Yea. I know someone. YOU!!! Lol. Seriously, there is no greater satisfaction than going out and blasting through. The mud and water on a machine that YOU built. There are plenty of parts suppliers such as SuperATV, HighLifter, Holley, and DragonFire Racing that can provide you with anything you want, and there are YouTube videos and forums that can give you all the know-how that you will ever need. Plus, if anything ever breaks (it will, if you are doing it right), then you will know how to fix it. Check out my ride. I built it myself, in my garage, using internet-ordered parts, YouTube videos, and support from forums like this. I am still planning on adding a Holley NOS shot to her with my tax return money.


----------



## wideopenatv (Dec 29, 2020)

that thing is sick and yes for the most part I'm sure I can do lots of it but stuff like boring cylinders out decking heads I dont have the proper tools for it I have installed lift kits a arms and mounted bigger tires to my machines but not sure what all I can do drive train wise myself without having machining capabilities


----------



## SparkyPrep (Aug 17, 2020)

So, you don’t really need a shop to build your machine, just a shop to work on your engine. I don’t know anything about Canada, but maybe someone on here can steer you in the right direction. Good luck, brother. Keep blasting out there.


----------



## Polaris425 (Dec 16, 2004)

The only Canadian person I know who would have the answer is Ostacruiser. But I’m not sure if y’all are in the same area of the great white north. 

RDC (rubber down customs) is up that way and he’s a Polaris guru. I’m pretty sure he’s still in business. 

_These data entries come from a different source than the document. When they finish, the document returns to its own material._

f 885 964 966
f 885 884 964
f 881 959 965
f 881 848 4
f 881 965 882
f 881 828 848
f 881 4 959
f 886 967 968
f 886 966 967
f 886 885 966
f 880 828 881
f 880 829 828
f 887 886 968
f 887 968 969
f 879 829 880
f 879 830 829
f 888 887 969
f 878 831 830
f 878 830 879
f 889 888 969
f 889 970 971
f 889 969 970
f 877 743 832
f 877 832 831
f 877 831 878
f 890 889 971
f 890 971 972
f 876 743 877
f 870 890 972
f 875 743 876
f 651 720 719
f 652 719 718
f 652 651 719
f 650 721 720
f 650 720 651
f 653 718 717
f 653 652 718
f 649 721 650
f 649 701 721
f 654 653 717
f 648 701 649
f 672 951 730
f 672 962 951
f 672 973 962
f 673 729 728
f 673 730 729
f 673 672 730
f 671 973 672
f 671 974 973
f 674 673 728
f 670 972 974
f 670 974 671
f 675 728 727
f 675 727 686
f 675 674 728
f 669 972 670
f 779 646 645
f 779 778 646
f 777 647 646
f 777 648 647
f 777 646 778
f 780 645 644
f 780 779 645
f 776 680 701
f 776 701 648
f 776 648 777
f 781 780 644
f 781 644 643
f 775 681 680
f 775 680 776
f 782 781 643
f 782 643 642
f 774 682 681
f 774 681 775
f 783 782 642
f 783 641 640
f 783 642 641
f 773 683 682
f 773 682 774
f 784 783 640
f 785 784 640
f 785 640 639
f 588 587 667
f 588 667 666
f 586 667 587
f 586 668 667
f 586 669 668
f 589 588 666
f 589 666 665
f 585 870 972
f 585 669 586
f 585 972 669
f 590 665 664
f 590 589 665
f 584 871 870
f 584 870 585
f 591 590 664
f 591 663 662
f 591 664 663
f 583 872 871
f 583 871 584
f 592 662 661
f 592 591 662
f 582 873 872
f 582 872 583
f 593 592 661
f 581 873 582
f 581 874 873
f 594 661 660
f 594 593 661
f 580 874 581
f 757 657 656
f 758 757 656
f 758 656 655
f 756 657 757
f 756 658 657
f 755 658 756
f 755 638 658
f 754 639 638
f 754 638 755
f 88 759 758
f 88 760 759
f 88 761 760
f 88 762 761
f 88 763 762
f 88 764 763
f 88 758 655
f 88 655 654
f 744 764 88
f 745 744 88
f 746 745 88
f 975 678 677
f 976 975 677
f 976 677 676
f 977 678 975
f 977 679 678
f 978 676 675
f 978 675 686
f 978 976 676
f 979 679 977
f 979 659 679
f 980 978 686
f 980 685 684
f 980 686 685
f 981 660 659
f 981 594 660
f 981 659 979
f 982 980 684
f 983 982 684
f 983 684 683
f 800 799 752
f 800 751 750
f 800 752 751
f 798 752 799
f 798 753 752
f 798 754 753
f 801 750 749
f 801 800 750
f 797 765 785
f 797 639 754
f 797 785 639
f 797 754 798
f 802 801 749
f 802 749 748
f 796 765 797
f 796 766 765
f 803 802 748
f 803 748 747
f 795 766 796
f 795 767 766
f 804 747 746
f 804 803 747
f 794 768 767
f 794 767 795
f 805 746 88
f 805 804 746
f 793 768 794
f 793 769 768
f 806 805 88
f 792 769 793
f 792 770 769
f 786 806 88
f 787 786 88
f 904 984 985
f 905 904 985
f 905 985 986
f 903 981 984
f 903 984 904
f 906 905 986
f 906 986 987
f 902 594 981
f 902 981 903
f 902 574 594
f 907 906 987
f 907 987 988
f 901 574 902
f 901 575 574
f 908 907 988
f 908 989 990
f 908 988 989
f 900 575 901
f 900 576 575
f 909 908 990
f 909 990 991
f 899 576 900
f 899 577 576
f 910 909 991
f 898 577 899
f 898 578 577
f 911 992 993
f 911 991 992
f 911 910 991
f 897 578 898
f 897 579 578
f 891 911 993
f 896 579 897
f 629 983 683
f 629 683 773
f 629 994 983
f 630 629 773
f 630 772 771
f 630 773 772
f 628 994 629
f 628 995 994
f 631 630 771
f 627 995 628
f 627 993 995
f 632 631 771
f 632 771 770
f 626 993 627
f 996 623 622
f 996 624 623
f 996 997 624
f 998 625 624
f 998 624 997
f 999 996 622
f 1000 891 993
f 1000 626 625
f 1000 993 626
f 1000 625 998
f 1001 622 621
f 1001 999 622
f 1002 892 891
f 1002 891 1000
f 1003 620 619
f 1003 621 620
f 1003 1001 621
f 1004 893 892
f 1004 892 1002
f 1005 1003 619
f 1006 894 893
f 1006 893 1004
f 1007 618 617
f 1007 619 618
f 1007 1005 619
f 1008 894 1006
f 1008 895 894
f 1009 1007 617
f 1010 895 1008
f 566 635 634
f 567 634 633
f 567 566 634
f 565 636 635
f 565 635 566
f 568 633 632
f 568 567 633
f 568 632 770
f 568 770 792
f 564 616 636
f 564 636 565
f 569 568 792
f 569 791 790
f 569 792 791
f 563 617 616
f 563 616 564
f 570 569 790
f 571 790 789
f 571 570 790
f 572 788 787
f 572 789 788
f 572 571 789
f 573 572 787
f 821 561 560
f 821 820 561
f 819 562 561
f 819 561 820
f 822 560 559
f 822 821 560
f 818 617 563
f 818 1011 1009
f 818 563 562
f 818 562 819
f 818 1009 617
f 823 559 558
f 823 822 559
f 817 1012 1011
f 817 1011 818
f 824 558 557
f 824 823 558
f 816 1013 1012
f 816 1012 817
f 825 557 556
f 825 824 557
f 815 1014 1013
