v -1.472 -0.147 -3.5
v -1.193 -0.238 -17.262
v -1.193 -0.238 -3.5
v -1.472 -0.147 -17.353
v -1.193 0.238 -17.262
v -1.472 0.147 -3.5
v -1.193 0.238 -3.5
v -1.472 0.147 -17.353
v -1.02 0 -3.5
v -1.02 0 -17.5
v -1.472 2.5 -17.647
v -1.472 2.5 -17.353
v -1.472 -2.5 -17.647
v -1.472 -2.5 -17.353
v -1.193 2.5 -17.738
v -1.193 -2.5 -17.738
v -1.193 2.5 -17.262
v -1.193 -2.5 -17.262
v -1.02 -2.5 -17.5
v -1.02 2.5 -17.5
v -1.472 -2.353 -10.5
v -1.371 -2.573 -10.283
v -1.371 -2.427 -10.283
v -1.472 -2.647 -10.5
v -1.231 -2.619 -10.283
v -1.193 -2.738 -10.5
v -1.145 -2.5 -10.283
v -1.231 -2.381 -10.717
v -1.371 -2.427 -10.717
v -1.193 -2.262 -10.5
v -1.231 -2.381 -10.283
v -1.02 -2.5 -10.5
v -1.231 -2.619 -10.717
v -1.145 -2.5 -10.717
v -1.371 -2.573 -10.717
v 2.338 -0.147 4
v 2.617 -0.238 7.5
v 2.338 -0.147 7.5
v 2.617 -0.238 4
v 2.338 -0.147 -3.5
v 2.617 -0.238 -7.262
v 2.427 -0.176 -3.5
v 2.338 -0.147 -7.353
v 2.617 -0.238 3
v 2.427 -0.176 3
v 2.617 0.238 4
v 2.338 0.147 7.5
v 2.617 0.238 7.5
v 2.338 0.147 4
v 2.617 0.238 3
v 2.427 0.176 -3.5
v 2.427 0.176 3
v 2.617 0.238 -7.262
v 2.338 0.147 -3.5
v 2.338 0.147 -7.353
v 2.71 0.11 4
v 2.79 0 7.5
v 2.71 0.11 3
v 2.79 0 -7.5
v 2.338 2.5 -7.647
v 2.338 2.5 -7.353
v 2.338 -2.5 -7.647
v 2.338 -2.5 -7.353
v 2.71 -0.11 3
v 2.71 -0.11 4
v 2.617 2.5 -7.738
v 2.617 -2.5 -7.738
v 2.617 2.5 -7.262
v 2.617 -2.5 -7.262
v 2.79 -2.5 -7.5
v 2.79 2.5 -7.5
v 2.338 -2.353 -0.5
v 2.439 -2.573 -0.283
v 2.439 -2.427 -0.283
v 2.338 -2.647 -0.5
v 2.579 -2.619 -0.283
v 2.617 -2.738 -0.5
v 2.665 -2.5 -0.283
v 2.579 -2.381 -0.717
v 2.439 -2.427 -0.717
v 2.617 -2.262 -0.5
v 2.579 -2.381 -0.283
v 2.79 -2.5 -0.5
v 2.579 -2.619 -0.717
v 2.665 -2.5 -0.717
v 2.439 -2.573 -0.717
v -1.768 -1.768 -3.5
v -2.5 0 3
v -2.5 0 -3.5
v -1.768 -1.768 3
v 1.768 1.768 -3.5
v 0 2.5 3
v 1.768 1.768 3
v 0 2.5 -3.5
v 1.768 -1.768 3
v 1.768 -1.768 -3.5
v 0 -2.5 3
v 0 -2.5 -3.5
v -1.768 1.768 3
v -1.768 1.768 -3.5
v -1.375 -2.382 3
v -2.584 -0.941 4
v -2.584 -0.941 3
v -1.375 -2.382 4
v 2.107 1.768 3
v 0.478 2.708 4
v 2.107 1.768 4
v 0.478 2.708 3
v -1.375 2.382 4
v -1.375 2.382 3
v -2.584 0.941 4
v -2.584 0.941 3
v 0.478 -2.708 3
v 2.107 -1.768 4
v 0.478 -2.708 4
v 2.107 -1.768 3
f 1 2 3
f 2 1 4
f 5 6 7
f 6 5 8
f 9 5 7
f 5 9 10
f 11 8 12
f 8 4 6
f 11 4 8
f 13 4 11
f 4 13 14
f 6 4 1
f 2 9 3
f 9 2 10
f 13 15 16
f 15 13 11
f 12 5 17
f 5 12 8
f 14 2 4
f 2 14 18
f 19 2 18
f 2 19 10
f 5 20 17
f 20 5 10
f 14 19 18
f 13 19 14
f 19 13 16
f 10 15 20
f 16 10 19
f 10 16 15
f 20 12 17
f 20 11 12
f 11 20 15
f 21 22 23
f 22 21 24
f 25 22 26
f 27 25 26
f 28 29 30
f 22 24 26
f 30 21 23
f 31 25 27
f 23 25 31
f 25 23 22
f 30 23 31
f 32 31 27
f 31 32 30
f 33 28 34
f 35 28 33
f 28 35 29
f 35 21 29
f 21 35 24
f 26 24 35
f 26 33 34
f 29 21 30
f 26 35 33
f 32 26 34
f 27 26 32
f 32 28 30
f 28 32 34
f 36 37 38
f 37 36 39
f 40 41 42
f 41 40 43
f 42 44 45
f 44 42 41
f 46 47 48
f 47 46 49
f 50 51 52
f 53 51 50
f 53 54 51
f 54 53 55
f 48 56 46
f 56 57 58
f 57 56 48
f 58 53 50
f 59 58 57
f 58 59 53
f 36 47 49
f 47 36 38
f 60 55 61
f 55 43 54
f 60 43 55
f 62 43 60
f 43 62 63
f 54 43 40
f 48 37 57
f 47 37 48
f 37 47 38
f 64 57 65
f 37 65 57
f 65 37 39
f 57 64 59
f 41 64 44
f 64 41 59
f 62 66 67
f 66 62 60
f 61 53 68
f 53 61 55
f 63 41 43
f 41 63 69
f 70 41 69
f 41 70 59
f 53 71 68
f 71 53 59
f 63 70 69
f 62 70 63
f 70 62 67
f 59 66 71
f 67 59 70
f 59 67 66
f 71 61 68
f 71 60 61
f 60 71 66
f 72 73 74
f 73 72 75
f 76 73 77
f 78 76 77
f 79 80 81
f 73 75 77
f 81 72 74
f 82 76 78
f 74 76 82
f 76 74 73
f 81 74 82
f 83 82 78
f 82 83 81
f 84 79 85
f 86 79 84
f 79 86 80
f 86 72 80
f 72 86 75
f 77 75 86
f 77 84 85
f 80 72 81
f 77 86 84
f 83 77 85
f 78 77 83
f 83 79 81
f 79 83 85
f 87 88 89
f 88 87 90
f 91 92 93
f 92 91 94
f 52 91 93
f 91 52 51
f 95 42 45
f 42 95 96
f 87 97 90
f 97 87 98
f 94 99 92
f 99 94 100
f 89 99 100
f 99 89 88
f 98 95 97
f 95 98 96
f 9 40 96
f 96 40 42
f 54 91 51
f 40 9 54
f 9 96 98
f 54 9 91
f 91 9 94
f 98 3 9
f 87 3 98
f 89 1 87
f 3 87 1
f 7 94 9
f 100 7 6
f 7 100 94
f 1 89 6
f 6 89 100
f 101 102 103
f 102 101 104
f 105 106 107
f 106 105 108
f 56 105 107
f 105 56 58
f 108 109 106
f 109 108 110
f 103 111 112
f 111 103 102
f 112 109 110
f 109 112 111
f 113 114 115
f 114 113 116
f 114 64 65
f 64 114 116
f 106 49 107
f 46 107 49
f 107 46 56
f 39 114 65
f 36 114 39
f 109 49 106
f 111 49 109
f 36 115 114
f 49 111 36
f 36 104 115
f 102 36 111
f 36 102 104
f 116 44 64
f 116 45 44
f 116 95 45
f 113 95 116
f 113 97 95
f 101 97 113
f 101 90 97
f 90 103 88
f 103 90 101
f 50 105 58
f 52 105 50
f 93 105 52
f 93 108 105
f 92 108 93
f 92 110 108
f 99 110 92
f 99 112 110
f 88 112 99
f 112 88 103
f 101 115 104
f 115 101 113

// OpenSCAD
// Parameters for the LED model
module led(led_type="5mm", body_color=[1, 0, 0], lead_length=20, right_angle_bend=false) {
    led_body(led_type, body_color);
    led_rim(led_type);
    leads(led_type, lead_length, right_angle_bend);
}

// LED body module
module led_body(led_type, body_color) {
    color(body_color)
    if (led_type == "5mm") {
        cylinder(h=7, d=5, center=true);
    } else if (led_type == "3mm") {
        cylinder(h=5, d=3, center=true);
    }
}

// LED rim module
module led_rim(led_type) {
    if (led_type == "5mm") {
        translate([0, 0, 3.5])
        cylinder(h=1, d=5.5, center=true);
    } else if (led_type == "3mm") {
        translate([0, 0, 2.5])
        cylinder(h=1, d=3.5, center=true);
    }
}

// Leads module
module leads(led_type, lead_length, right_angle_bend) {
    lead_diameter = 0.5;
    lead_spacing = 2.54;
    translate([-lead_spacing/2, 0, -lead_length/2])
    lead(lead_length, lead_diameter, right_angle_bend);
    translate([lead_spacing, 0, 0])
    lead(lead_length, lead_diameter, right_angle_bend);
}

// Single lead module
module lead(lead_length, lead_diameter, right_angle_bend) {
    if (right_angle_bend) {
        lead_bend_right_angle(lead_length, lead_diameter);
    } else {
        cylinder(h=lead_length, d=lead_diameter, center=true);
        translate([0, 0, -lead_length/2])
        solder_end_detail(lead_diameter);
    }
}

// Right-angle lead bend module
module lead_bend_right_angle(lead_length, lead_diameter) {
    bend_length = 5;
    cylinder(h=lead_length - bend_length, d=lead_diameter, center=true);
    translate([0, 0, -lead_length/2 + bend_length/2])
    rotate([90, 0, 0])
    cylinder(h=bend_length, d=lead_diameter, center=true);
    translate([0, -bend_length/2, 0])
    solder_end_detail(lead_diameter);
}

// Solder end detail module
module solder_end_detail(lead_diameter) {
    translate([0, 0, -lead_diameter])
    sphere(d=lead_diameter);
}

// Example usage
led(led_type="5mm", body_color=[0, 1, 0], lead_length=20, right_angle_bend=true);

Sent from my iPhone using Tapatalk


----------



## wideopenatv (Dec 29, 2020)

ended up finding big bore kit from Millennium Tech they have multiple for this machine probably going to get the billet 5mm over and then rubber down customs still makes 2" lift kits rad relocates and some part for the air box to make the snorkel easier I'm hopeful that the rzr 800 and the sportsman 800 are the same engine if so I'll be able to get a more aggressive cam fairly easy if not well idk the search goes on I guess


----------



## Polaris425 (Dec 16, 2004)

RDC is a stand up guy... I always liked doing business with him.


----------